START Material for the task

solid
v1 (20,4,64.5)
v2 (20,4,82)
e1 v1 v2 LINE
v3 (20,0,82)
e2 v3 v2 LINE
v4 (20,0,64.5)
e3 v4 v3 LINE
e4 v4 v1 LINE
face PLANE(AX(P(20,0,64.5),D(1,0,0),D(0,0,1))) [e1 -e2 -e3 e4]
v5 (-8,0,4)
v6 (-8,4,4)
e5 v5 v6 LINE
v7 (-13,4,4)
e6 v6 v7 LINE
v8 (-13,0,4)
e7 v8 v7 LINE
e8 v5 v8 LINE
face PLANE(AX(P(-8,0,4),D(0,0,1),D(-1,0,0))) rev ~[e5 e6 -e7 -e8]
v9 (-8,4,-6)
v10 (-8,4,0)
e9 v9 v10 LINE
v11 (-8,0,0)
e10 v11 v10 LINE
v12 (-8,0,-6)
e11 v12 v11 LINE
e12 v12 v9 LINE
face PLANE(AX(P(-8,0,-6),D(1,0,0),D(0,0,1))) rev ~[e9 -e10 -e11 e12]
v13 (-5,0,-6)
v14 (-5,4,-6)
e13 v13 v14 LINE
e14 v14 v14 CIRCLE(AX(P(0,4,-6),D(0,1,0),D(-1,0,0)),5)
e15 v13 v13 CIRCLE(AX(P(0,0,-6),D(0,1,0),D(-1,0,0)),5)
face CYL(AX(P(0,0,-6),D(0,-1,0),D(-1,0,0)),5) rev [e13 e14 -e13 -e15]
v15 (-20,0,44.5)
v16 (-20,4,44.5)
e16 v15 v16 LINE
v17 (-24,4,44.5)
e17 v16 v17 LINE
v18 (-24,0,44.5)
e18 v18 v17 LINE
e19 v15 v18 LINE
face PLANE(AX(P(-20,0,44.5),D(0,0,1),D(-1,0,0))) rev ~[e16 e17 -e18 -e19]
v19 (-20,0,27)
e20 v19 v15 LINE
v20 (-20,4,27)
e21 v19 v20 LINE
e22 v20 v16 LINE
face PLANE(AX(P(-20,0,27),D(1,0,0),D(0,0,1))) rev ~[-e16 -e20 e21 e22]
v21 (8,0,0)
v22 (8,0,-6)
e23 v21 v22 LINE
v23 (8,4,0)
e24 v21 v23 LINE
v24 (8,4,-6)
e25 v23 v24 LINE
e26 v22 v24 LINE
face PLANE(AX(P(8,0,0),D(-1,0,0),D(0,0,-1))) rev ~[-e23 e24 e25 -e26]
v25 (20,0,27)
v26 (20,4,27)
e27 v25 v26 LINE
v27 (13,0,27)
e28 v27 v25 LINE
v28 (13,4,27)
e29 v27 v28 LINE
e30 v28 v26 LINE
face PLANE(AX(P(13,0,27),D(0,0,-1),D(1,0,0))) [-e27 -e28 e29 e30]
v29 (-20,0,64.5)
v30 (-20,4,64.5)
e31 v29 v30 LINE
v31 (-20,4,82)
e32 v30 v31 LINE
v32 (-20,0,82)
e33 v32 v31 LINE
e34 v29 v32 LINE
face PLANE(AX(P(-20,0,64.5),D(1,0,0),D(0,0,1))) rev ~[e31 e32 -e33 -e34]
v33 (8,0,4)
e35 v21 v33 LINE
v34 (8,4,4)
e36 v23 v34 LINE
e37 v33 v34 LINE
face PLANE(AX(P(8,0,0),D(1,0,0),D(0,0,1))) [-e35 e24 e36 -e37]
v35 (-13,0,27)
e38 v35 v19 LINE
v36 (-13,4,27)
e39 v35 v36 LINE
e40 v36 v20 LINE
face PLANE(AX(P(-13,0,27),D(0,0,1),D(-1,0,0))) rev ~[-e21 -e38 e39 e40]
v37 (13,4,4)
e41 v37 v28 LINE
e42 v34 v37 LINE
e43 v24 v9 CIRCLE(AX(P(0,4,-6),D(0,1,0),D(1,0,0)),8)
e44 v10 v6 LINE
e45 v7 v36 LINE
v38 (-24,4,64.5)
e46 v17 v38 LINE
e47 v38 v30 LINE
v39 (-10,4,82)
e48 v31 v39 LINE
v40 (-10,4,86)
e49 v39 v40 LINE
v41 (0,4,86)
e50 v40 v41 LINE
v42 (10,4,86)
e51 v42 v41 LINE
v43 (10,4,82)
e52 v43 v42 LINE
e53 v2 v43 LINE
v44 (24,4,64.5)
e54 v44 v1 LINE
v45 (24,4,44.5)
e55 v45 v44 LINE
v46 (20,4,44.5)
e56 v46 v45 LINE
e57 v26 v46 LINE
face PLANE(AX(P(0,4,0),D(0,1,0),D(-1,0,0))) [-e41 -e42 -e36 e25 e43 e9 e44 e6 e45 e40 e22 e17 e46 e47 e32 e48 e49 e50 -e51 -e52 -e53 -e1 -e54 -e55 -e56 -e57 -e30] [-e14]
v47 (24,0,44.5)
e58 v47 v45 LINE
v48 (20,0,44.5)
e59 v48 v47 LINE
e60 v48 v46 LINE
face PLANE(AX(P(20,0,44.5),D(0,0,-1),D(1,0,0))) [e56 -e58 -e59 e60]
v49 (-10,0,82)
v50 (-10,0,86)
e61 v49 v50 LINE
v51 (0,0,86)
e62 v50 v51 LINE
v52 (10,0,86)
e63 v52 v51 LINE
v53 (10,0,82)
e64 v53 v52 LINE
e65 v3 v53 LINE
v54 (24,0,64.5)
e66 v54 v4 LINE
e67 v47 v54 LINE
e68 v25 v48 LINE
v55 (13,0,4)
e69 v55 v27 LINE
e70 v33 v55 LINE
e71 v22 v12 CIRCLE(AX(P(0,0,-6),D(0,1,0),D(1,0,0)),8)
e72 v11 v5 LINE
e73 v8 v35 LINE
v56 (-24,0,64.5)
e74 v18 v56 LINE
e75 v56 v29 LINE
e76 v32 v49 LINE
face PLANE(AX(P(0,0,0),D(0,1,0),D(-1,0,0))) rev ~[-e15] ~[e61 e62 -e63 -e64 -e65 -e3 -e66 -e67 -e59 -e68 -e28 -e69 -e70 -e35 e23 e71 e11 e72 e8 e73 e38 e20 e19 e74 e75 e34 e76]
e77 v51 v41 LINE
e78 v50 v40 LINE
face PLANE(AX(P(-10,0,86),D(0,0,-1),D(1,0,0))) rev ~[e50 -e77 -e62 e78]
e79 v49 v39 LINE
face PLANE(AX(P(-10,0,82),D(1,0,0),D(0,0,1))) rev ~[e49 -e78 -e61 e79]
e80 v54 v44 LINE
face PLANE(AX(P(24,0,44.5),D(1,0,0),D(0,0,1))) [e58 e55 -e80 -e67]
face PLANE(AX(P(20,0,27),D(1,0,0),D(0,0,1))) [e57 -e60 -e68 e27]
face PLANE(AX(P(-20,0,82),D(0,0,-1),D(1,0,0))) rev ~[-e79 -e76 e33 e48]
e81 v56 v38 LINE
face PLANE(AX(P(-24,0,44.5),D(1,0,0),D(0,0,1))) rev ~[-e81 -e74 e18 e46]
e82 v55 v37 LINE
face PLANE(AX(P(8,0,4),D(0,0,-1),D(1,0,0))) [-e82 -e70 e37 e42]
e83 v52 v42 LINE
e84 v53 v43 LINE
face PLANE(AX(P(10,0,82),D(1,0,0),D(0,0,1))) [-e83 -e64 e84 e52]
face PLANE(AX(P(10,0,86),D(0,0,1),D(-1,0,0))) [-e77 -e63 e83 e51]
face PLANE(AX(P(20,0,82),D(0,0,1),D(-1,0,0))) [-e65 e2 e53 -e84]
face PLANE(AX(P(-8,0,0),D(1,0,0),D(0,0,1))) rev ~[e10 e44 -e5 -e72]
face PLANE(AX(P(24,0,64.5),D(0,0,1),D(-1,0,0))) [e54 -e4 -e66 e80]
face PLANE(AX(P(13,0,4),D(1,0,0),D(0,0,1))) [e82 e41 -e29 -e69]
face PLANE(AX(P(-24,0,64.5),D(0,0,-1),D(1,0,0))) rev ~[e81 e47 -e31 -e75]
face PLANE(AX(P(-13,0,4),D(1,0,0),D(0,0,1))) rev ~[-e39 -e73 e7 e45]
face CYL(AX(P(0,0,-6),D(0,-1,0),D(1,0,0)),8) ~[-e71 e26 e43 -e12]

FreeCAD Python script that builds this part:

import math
import FreeCAD as App
import Part
import Sketcher

V = App.Vector

doc = App.newDocument("Part")
body = doc.addObject("PartDesign::Body", "Body")

# Sketch on XZ plane
sketch1 = doc.addObject("Sketcher::SketchObject", "Sketch")
body.addObject(sketch1)
sketch1.AttachmentSupport = (doc.XZ_Plane, [""])
sketch1.MapMode = "FlatFace"
sketch1.addGeometry([
    Part.LineSegment(V(-8, -6, 0), V(-8, 4, 0)),  # 0
    Part.LineSegment(V(-8, 4, 0), V(-13, 4, 0)),  # 1
    Part.LineSegment(V(-13, 4, 0), V(-13, 27, 0)),  # 2
    Part.LineSegment(V(-13, 27, 0), V(-20, 27, 0)),  # 3
    Part.LineSegment(V(-20, 27, 0), V(-20, 44.5, 0)),  # 4
    Part.LineSegment(V(-20, 44.5, 0), V(-24, 44.5, 0)),  # 5
    Part.LineSegment(V(-24, 44.5, 0), V(-24, 64.5, 0)),  # 6
    Part.LineSegment(V(-24, 64.5, 0), V(-20, 64.5, 0)),  # 7
    Part.LineSegment(V(-20, 64.5, 0), V(-20, 82, 0)),  # 8
    Part.LineSegment(V(-20, 82, 0), V(-10, 82, 0)),  # 9
    Part.LineSegment(V(-10, 82, 0), V(-10, 86, 0)),  # 10
    Part.LineSegment(V(-10, 86, 0), V(10, 86, 0)),  # 11
    Part.LineSegment(V(10, 86, 0), V(10, 82, 0)),  # 12
    Part.LineSegment(V(10, 82, 0), V(20, 82, 0)),  # 13
    Part.LineSegment(V(20, 82, 0), V(20, 64.5, 0)),  # 14
    Part.LineSegment(V(20, 64.5, 0), V(24, 64.5, 0)),  # 15
    Part.LineSegment(V(24, 64.5, 0), V(24, 44.5, 0)),  # 16
    Part.LineSegment(V(24, 44.5, 0), V(20, 44.5, 0)),  # 17
    Part.LineSegment(V(20, 44.5, 0), V(20, 27, 0)),  # 18
    Part.LineSegment(V(20, 27, 0), V(13, 27, 0)),  # 19
    Part.LineSegment(V(13, 27, 0), V(13, 4, 0)),  # 20
    Part.LineSegment(V(13, 4, 0), V(8, 4, 0)),  # 21
    Part.LineSegment(V(8, 4, 0), V(8, -6, 0)),  # 22
    Part.ArcOfCircle(Part.Circle(V(0, -6, 0), V(0, 0, 1), 8), math.radians(180), math.radians(360)),  # 23
    Part.Circle(V(0, -6, 0), V(0, 0, 1), 5),  # 24
], False)
sketch1.addConstraint([
    Sketcher.Constraint("Coincident", 0, 2, 1, 1),
    Sketcher.Constraint("Coincident", 1, 2, 2, 1),
    Sketcher.Constraint("Coincident", 2, 2, 3, 1),
    Sketcher.Constraint("Coincident", 3, 2, 4, 1),
    Sketcher.Constraint("Coincident", 4, 2, 5, 1),
    Sketcher.Constraint("Coincident", 5, 2, 6, 1),
    Sketcher.Constraint("Coincident", 6, 2, 7, 1),
    Sketcher.Constraint("Coincident", 7, 2, 8, 1),
    Sketcher.Constraint("Coincident", 8, 2, 9, 1),
    Sketcher.Constraint("Coincident", 9, 2, 10, 1),
    Sketcher.Constraint("Coincident", 10, 2, 11, 1),
    Sketcher.Constraint("Coincident", 11, 2, 12, 1),
    Sketcher.Constraint("Coincident", 12, 2, 13, 1),
    Sketcher.Constraint("Coincident", 13, 2, 14, 1),
    Sketcher.Constraint("Coincident", 14, 2, 15, 1),
    Sketcher.Constraint("Coincident", 15, 2, 16, 1),
    Sketcher.Constraint("Coincident", 16, 2, 17, 1),
    Sketcher.Constraint("Coincident", 17, 2, 18, 1),
    Sketcher.Constraint("Coincident", 18, 2, 19, 1),
    Sketcher.Constraint("Coincident", 19, 2, 20, 1),
    Sketcher.Constraint("Coincident", 20, 2, 21, 1),
    Sketcher.Constraint("Coincident", 21, 2, 22, 1),
    Sketcher.Constraint("Tangent", 22, 2, 23, 2),
    Sketcher.Constraint("Tangent", 23, 1, 0, 1),
    Sketcher.Constraint("Vertical", 0),
    Sketcher.Constraint("Horizontal", 1),
    Sketcher.Constraint("Vertical", 2),
    Sketcher.Constraint("Horizontal", 3),
    Sketcher.Constraint("Vertical", 4),
    Sketcher.Constraint("Horizontal", 5),
    Sketcher.Constraint("Vertical", 6),
    Sketcher.Constraint("Horizontal", 7),
    Sketcher.Constraint("Vertical", 8),
    Sketcher.Constraint("Horizontal", 9),
    Sketcher.Constraint("Vertical", 10),
    Sketcher.Constraint("Horizontal", 11),
    Sketcher.Constraint("Vertical", 12),
    Sketcher.Constraint("Horizontal", 13),
    Sketcher.Constraint("Vertical", 14),
    Sketcher.Constraint("Horizontal", 15),
    Sketcher.Constraint("Vertical", 16),
    Sketcher.Constraint("Horizontal", 17),
    Sketcher.Constraint("Vertical", 18),
    Sketcher.Constraint("Horizontal", 19),
    Sketcher.Constraint("Vertical", 20),
    Sketcher.Constraint("Horizontal", 21),
    Sketcher.Constraint("Vertical", 22),
    Sketcher.Constraint("Coincident", 24, 3, 23, 3),
    Sketcher.Constraint("Symmetric", 9, 2, 12, 2, -2),
    Sketcher.Constraint("Symmetric", 7, 2, 14, 2, -2),
    Sketcher.Constraint("Symmetric", 5, 2, 16, 2, -2),
    Sketcher.Constraint("Symmetric", 3, 2, 18, 2, -2),
    Sketcher.Constraint("Symmetric", 1, 2, 20, 2, -2),
    Sketcher.Constraint("PointOnObject", 23, 3, -2),
    Sketcher.Constraint("Vertical", 4, 2, 7, 2),
    Sketcher.Constraint("Equal", 13, 0),
    Sketcher.Constraint("Equal", 11, 6),
    Sketcher.Constraint("Equal", 4, 8),
    Sketcher.Constraint("Equal", 17, 10),
    Sketcher.Constraint("Diameter", 24, 10.0),
    Sketcher.Constraint("Radius", 23, 8.0),
    Sketcher.Constraint("DistanceX", 5, 2, 5, 1, 4.0),
    Sketcher.Constraint("DistanceX", 9, 1, 9, 2, 10.0),
    Sketcher.Constraint("DistanceX", 11, 1, 11, 2, 20.0),
    Sketcher.Constraint("DistanceY", 2, 1, 2, 2, 23.0),
    Sketcher.Constraint("DistanceY", 23, 3, -1, 1, 6.0),
    Sketcher.Constraint("DistanceY", 3, 2, 8, 2, 55.0),
    Sketcher.Constraint("DistanceX", 2, 2, 19, 2, 26.0),
])
pad1 = doc.addObject("PartDesign::Pad", "Pad")
body.addObject(pad1)
pad1.Profile = sketch1
pad1.Length = 4
pad1.Reversed = True

doc.recompute()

END Material for the task

Retype the records above from the very first line down to the line with "e13 v13 v14 LINE", keeping both of those lines. Include nothing beyond them.

solid
v1 (20,4,64.5)
v2 (20,4,82)
e1 v1 v2 LINE
v3 (20,0,82)
e2 v3 v2 LINE
v4 (20,0,64.5)
e3 v4 v3 LINE
e4 v4 v1 LINE
face PLANE(AX(P(20,0,64.5),D(1,0,0),D(0,0,1))) [e1 -e2 -e3 e4]
v5 (-8,0,4)
v6 (-8,4,4)
e5 v5 v6 LINE
v7 (-13,4,4)
e6 v6 v7 LINE
v8 (-13,0,4)
e7 v8 v7 LINE
e8 v5 v8 LINE
face PLANE(AX(P(-8,0,4),D(0,0,1),D(-1,0,0))) rev ~[e5 e6 -e7 -e8]
v9 (-8,4,-6)
v10 (-8,4,0)
e9 v9 v10 LINE
v11 (-8,0,0)
e10 v11 v10 LINE
v12 (-8,0,-6)
e11 v12 v11 LINE
e12 v12 v9 LINE
face PLANE(AX(P(-8,0,-6),D(1,0,0),D(0,0,1))) rev ~[e9 -e10 -e11 e12]
v13 (-5,0,-6)
v14 (-5,4,-6)
e13 v13 v14 LINE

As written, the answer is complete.